Oyó un alboroto en el corredor, afuera. Un sentido del deber le hizo incorporarse apoyándose en un codo, recomponiendo sus rasgos en una especie de sonrisa de bienvenida. Pudo oír unos susurros. ¿Los nervios del último momento, quizás? ¿La esclava anonadada que de repente se mostraba resistente? Bien, no era probable. Había llegado hasta aquí: casi al momento para el que había sido entrenada, el acontecimiento por el que había dado toda su vida. Una riña por celos era lo más probable: ¡Esas perlas son mías!

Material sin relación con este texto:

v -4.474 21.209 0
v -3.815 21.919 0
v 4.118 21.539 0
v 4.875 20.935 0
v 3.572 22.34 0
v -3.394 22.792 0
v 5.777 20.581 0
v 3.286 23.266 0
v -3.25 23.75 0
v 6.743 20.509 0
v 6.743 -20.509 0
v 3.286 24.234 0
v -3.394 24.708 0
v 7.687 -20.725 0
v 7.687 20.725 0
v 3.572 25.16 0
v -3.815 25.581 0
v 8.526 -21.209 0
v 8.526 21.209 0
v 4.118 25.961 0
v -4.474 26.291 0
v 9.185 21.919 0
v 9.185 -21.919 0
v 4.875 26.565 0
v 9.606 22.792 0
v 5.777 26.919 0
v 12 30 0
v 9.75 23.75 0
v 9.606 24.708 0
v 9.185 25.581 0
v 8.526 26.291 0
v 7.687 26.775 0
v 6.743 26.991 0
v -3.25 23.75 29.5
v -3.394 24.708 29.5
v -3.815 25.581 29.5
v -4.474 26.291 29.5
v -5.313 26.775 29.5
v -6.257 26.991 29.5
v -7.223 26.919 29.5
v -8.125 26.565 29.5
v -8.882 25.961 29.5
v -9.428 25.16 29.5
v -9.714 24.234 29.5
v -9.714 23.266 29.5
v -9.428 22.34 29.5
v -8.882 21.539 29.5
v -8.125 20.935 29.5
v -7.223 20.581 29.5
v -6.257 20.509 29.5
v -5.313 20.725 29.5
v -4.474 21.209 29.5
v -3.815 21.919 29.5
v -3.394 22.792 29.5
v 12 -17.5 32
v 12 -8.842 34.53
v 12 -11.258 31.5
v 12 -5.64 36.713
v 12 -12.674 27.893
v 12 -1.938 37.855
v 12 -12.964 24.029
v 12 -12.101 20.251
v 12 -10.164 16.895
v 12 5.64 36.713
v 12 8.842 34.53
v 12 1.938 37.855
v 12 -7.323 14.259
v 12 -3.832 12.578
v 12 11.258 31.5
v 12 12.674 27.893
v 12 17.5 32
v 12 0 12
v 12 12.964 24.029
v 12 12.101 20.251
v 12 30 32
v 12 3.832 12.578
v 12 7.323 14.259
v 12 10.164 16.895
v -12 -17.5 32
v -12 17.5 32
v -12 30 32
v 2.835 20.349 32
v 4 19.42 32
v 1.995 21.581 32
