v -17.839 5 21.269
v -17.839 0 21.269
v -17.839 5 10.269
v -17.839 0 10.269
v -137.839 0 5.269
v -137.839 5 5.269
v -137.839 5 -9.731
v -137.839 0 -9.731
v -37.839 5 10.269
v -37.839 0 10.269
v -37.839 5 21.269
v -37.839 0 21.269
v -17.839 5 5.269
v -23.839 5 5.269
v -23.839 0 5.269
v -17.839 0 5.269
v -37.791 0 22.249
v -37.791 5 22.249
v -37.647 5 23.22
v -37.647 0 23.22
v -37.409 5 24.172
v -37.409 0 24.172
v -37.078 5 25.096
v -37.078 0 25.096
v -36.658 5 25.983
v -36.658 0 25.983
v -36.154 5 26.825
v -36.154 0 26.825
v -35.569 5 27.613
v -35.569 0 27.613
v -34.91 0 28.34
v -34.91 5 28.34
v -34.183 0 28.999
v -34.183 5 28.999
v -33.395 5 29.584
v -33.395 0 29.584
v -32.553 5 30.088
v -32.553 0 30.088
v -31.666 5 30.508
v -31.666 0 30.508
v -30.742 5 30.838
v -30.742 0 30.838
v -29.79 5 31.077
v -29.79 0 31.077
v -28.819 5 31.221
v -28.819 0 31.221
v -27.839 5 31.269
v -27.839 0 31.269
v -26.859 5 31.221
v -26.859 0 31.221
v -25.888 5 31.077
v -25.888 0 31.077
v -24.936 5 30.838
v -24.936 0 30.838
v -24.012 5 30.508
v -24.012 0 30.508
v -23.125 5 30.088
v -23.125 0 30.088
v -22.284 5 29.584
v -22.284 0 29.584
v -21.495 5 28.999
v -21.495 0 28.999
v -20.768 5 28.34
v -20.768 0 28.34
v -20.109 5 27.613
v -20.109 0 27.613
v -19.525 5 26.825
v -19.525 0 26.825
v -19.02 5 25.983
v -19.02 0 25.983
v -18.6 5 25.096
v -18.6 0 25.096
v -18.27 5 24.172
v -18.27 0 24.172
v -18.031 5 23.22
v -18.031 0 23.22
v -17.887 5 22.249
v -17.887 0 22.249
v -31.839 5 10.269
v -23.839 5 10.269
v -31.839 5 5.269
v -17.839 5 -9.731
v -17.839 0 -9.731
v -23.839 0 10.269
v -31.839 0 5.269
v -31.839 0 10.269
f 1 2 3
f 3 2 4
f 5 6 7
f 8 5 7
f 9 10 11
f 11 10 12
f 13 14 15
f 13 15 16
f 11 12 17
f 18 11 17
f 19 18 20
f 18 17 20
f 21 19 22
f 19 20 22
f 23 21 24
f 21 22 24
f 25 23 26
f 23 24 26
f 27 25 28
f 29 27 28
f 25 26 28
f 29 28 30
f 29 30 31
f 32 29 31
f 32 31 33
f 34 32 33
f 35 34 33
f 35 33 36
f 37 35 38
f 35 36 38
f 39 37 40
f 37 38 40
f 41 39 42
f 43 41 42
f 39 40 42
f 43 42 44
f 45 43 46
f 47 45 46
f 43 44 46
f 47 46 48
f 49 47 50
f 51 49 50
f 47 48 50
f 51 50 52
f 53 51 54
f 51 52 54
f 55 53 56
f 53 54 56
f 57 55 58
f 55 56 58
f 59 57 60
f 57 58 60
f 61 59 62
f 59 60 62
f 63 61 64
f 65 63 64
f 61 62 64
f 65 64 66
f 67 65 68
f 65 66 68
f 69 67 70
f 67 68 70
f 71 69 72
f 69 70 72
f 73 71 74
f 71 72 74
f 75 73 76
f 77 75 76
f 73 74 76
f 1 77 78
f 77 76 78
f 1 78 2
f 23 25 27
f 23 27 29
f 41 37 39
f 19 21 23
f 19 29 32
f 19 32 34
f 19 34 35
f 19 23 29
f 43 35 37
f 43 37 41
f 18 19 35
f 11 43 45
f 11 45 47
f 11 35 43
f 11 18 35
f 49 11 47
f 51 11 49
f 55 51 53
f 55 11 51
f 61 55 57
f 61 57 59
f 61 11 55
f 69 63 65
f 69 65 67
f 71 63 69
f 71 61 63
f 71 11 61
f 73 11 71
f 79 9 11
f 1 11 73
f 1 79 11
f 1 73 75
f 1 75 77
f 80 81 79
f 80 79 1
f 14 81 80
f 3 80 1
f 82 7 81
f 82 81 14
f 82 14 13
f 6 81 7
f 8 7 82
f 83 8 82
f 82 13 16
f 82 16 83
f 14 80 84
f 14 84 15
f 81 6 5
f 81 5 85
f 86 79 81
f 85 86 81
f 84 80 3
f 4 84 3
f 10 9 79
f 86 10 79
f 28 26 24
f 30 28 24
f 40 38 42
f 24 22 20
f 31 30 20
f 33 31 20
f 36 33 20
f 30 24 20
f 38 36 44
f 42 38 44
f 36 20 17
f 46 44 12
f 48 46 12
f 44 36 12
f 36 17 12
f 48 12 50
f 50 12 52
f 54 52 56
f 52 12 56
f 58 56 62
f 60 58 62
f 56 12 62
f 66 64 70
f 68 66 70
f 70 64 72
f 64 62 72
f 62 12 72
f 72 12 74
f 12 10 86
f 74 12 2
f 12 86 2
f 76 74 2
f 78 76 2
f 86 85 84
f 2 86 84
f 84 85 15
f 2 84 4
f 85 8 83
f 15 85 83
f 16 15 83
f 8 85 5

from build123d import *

# Parameters (mm, degrees)
RESSALTO_EXTRUS_O1_DEPTH = 5
ESBO_O2_W                = 6
ESBO_O2_H                = 5
CORTE_EXTRUS_O1_DEPTH    = 10
ESBO_O3_W                = 120
ESBO_O3_H                = 15
RESSALTO_EXTRUS_O2_DEPTH = 5


with BuildPart() as part:
    # Esboço1 → Ressalto-extrusão1 (new body)
    with BuildSketch(Plane(origin=(0, 0, 0), x_dir=(1, 0, 0), z_dir=(0, 1, 0))):
        with BuildLine():
            ThreePointArc((-17.839278071, -21.26900995), (-27.839278071, -11.26900995), (-37.839278071, -21.26900995))
            Line((-37.839278071, -21.26900995), (-17.839278071, -21.26900995))
        make_face()
        with BuildLine():
            Line((-17.839278071, -21.26900995), (-37.839278071, -21.26900995))
            ThreePointArc((-37.839278071, -21.26900995), (-27.839278071, -31.26900995), (-17.839278071, -21.26900995))
        make_face()
        with BuildLine():
            Line((-17.839278071, -5.26900995), (-37.839278071, -5.26900995))
            Line((-37.839278071, -5.26900995), (-37.839278071, -21.26900995))
            ThreePointArc((-37.839278071, -21.26900995), (-27.839278071, -11.26900995), (-17.839278071, -21.26900995))
            Line((-17.839278071, -21.26900995), (-17.839278071, -5.26900995))
        make_face()
    extrude(amount=RESSALTO_EXTRUS_O1_DEPTH)

    # Esboço2 → Corte-extrusão1 (cut)
    with BuildSketch(Plane(origin=(0, 5, 0), x_dir=(1, 0, 0), z_dir=(0, 1, 0))):
        with Locations((-34.839278071, -7.76900995)):
            Rectangle(ESBO_O2_W, ESBO_O2_H)
        with Locations((-20.839278071, -7.76900995)):
            Rectangle(ESBO_O2_W, ESBO_O2_H)
    extrude(amount=-CORTE_EXTRUS_O1_DEPTH, mode=Mode.SUBTRACT)

    # Esboço3 → Ressalto-extrusão2 (add)
    with BuildSketch(Plane(origin=(0, 5, 0), x_dir=(1, 0, 0), z_dir=(0, 1, 0))):
        with Locations((-77.839278071, 2.23099005)):
            Rectangle(ESBO_O3_W, ESBO_O3_H)
    extrude(amount=-RESSALTO_EXTRUS_O2_DEPTH)


solid = part.part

Se abrió la puerta. Pero no era una esclava llena de pulseras, de caderas balanceantes y pechos llenos la que entró. Era un anciano de coloreadas mejillas y gruesa cintura que se inclinó y rápidamente penetró en la habitación, descalzo. Captando una mirada de su amo, cayó de rodillas, comenzó a arrastrarse hasta llegar al borde de la cama y se postró en el suelo. Se quedó allí, mudo y tembloroso, como un gran montón de gelatina.